Exercise prompt:
Reproduce exactly, and only, the lines below from the one containing "#64=CARTESIAN_POINT('',(-5.423114,0.,6.988987));" through the one containing "#72=FACE_BOUND('',#71,.T.);".

----- Excerpted data -----

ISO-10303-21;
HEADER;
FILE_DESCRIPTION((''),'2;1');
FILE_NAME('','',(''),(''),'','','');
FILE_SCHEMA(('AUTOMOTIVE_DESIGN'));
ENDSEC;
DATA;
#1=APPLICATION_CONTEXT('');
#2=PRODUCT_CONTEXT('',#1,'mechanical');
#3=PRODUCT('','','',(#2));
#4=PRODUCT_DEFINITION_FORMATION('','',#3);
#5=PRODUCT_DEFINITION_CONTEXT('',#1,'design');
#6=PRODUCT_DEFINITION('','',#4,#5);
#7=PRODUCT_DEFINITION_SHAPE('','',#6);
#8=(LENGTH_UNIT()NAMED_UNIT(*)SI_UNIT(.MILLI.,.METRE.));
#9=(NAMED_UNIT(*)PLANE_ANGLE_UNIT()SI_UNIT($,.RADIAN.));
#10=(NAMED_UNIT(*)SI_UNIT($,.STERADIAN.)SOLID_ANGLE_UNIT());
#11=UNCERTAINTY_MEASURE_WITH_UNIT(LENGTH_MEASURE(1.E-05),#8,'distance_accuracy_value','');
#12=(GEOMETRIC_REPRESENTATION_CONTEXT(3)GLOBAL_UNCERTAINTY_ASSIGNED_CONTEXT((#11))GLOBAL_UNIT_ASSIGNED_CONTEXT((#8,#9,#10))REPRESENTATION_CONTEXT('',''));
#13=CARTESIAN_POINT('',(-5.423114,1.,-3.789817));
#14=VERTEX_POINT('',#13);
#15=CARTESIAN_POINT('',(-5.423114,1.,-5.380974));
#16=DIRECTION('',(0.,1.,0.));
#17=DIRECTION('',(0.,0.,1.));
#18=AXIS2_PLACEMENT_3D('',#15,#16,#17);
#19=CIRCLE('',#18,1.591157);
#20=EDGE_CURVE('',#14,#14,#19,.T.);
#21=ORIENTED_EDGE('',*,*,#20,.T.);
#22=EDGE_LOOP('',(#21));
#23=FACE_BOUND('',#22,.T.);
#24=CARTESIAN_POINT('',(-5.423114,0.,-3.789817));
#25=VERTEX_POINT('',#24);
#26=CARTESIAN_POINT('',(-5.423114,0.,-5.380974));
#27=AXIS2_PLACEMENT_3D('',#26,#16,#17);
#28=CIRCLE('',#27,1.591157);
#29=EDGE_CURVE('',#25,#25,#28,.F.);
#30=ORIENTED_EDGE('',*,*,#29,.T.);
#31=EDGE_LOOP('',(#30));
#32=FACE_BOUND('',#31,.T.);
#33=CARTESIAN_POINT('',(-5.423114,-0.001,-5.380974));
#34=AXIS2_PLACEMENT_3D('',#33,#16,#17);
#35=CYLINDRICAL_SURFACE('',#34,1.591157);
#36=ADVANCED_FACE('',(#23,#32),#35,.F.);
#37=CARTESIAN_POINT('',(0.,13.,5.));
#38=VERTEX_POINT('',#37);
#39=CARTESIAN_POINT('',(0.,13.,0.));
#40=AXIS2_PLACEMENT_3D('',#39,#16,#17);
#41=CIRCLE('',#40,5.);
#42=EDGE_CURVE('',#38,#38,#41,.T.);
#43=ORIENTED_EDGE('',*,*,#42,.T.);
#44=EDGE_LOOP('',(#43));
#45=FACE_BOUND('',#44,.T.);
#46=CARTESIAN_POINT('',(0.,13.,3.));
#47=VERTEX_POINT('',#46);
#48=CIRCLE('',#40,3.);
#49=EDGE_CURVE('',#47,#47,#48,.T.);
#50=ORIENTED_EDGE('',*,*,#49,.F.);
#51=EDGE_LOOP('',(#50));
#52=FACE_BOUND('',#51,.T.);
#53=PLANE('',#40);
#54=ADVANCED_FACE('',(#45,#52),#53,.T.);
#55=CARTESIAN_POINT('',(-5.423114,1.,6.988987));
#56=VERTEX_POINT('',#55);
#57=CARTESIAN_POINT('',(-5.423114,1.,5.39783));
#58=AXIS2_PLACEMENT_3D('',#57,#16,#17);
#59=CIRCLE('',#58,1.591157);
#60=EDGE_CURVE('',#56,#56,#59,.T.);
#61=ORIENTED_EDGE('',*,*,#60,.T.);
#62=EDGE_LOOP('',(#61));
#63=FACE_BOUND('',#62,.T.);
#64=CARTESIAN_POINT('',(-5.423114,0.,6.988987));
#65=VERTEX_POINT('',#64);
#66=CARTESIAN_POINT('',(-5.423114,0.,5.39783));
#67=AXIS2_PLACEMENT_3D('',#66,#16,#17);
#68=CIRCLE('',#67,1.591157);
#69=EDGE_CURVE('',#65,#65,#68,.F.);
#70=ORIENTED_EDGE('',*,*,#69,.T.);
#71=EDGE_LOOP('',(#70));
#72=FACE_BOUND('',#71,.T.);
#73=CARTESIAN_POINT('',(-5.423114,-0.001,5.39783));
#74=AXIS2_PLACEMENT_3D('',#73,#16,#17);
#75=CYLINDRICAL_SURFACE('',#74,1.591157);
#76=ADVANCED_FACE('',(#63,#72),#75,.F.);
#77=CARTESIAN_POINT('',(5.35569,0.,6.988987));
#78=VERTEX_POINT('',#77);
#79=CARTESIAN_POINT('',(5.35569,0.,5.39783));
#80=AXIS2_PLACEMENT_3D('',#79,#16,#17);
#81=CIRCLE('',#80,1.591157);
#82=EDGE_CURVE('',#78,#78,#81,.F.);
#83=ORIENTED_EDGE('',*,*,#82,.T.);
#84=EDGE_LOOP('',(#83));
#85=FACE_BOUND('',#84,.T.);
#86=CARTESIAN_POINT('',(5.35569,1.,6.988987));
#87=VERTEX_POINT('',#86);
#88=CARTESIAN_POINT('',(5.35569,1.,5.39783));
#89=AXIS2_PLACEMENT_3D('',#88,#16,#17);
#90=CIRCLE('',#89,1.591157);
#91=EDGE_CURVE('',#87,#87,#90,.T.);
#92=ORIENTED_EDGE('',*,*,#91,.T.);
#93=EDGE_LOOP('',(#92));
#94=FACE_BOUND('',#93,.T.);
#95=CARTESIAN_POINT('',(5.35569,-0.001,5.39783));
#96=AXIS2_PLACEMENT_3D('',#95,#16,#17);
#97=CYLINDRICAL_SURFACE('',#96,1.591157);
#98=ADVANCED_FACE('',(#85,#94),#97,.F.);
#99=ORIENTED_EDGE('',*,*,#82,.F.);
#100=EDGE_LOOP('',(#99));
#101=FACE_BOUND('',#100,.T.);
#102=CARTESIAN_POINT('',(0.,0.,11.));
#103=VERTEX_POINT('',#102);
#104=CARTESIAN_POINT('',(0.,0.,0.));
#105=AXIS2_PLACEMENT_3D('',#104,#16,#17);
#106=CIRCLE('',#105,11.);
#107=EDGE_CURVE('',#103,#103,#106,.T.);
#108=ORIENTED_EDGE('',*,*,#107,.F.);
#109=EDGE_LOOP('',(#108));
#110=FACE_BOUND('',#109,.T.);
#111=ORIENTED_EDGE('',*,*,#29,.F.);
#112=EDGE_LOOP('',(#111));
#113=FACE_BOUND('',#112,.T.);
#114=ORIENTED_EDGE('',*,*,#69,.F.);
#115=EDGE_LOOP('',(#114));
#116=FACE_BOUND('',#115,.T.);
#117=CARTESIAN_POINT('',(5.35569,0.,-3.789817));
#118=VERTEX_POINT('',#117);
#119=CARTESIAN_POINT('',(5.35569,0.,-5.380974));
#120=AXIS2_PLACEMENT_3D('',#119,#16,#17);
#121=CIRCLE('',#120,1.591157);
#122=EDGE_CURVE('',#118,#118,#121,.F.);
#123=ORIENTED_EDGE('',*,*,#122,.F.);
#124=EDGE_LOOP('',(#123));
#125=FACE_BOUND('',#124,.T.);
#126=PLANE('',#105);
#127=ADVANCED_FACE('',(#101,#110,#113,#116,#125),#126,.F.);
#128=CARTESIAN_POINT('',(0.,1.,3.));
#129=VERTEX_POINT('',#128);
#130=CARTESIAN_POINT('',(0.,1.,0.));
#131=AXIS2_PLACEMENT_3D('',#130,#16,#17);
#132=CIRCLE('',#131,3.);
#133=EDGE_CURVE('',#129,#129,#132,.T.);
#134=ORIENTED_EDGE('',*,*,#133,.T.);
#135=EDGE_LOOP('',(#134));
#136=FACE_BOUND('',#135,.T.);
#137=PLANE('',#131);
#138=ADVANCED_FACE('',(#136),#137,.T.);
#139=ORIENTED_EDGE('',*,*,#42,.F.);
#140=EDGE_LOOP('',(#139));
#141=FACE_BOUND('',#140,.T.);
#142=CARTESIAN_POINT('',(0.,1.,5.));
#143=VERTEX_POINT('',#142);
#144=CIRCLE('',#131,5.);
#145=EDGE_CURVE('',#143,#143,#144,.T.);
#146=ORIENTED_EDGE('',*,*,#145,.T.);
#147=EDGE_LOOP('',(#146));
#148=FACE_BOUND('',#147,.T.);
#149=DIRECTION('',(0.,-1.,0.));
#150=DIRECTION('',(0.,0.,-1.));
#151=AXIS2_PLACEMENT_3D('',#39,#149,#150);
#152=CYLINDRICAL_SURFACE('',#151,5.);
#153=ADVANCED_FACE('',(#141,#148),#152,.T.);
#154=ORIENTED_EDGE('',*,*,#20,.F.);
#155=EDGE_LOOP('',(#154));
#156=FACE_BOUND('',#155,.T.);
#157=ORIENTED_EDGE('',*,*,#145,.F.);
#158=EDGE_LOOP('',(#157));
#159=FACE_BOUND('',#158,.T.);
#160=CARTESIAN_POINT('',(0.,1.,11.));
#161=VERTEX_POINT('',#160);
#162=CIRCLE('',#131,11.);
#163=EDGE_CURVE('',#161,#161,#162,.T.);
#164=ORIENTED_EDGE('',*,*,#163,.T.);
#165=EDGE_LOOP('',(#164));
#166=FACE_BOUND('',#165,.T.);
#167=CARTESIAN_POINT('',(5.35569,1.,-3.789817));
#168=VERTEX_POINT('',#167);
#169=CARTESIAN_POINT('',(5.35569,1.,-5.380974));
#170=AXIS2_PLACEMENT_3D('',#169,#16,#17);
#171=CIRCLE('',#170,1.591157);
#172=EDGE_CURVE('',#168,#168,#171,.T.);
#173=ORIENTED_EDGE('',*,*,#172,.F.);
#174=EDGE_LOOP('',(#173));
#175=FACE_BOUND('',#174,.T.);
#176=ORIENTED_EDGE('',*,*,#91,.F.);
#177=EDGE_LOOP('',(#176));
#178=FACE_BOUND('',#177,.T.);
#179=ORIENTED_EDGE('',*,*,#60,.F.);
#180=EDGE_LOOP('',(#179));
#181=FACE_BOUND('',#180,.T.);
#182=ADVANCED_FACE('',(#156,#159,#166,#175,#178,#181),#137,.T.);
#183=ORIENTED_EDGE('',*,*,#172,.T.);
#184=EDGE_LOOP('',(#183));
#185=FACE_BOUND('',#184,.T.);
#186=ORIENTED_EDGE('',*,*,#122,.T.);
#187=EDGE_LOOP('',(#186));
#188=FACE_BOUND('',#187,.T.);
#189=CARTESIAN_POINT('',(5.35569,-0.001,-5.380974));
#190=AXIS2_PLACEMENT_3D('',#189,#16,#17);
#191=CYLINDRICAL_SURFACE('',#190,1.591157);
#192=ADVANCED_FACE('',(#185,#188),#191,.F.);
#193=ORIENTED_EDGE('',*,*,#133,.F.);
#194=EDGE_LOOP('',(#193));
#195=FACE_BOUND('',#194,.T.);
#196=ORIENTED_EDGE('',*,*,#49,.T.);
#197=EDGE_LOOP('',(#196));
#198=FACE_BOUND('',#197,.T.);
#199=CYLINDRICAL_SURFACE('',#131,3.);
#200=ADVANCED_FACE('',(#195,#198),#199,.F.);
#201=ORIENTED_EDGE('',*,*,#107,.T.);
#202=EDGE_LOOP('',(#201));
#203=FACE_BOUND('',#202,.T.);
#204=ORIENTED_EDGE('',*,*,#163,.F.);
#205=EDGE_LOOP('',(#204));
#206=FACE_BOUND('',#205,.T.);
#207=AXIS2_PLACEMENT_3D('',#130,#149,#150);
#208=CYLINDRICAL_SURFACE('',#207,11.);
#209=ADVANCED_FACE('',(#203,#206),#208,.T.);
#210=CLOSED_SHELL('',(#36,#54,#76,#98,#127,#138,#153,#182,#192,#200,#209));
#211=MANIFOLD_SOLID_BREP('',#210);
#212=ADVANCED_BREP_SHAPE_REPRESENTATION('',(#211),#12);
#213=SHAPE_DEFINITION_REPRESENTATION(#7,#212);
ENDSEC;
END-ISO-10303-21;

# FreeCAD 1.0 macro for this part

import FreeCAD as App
import Part
import Sketcher
Q = App.Units.Quantity

doc = App.newDocument("Part")
body = doc.addObject("PartDesign::Body", "Body")

sketch1 = body.newObject("Sketcher::SketchObject", "Sketch")
sketch1.AttachmentSupport = (doc.getObject("XZ_Plane"), [""])
sketch1.MapMode = "FlatFace"
sketch1.addGeometry(Part.Circle(App.Vector(0, 0, 0), App.Vector(0, 0, 1), 11), False)
sketch1.addConstraint([
    Sketcher.Constraint("Coincident", 0, 3, -1, 1),
    Sketcher.Constraint("Diameter", 0, Q("22 mm")),
])
pad1 = body.newObject("PartDesign::Pad", "Pad")
pad1.Profile = sketch1
pad1.Length = 1
pad1.Reversed = True

sketch2 = body.newObject("Sketcher::SketchObject", "Sketch001")
sketch2.AttachmentSupport = (doc.getObject("XZ_Plane"), [""])
sketch2.MapMode = "FlatFace"
sketch2.AttachmentOffset = App.Placement(App.Vector(0, 0, -1), App.Rotation())
sketch2.addGeometry(Part.Circle(App.Vector(0, 0, 0), App.Vector(0, 0, 1), 5), False)
sketch2.addConstraint([
    Sketcher.Constraint("Coincident", 0, 3, -1, 1),
    Sketcher.Constraint("Diameter", 0, Q("10 mm")),
])
pad2 = body.newObject("PartDesign::Pad", "Pad001")
pad2.Profile = sketch2
pad2.Length = 12
pad2.Reversed = True

sketch3 = body.newObject("Sketcher::SketchObject", "Sketch002")
sketch3.AttachmentSupport = (doc.getObject("XZ_Plane"), [""])
sketch3.MapMode = "FlatFace"
sketch3.AttachmentOffset = App.Placement(App.Vector(0, 0, -13), App.Rotation())
sketch3.addGeometry(Part.Circle(App.Vector(0, 0, 0), App.Vector(0, 0, 1), 3), False)
sketch3.addConstraint([
    Sketcher.Constraint("Coincident", 0, 3, -1, 1),
    Sketcher.Constraint("Diameter", 0, Q("6 mm")),
])
pocket1 = body.newObject("PartDesign::Pocket", "Pocket")
pocket1.Profile = sketch3
pocket1.Length = 12
pocket1.Reversed = True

-----

Reply to the exercise:
#64=CARTESIAN_POINT('',(-5.423114,0.,6.988987));
#65=VERTEX_POINT('',#64);
#66=CARTESIAN_POINT('',(-5.423114,0.,5.39783));
#67=AXIS2_PLACEMENT_3D('',#66,#16,#17);
#68=CIRCLE('',#67,1.591157);
#69=EDGE_CURVE('',#65,#65,#68,.F.);
#70=ORIENTED_EDGE('',*,*,#69,.T.);
#71=EDGE_LOOP('',(#70));
#72=FACE_BOUND('',#71,.T.);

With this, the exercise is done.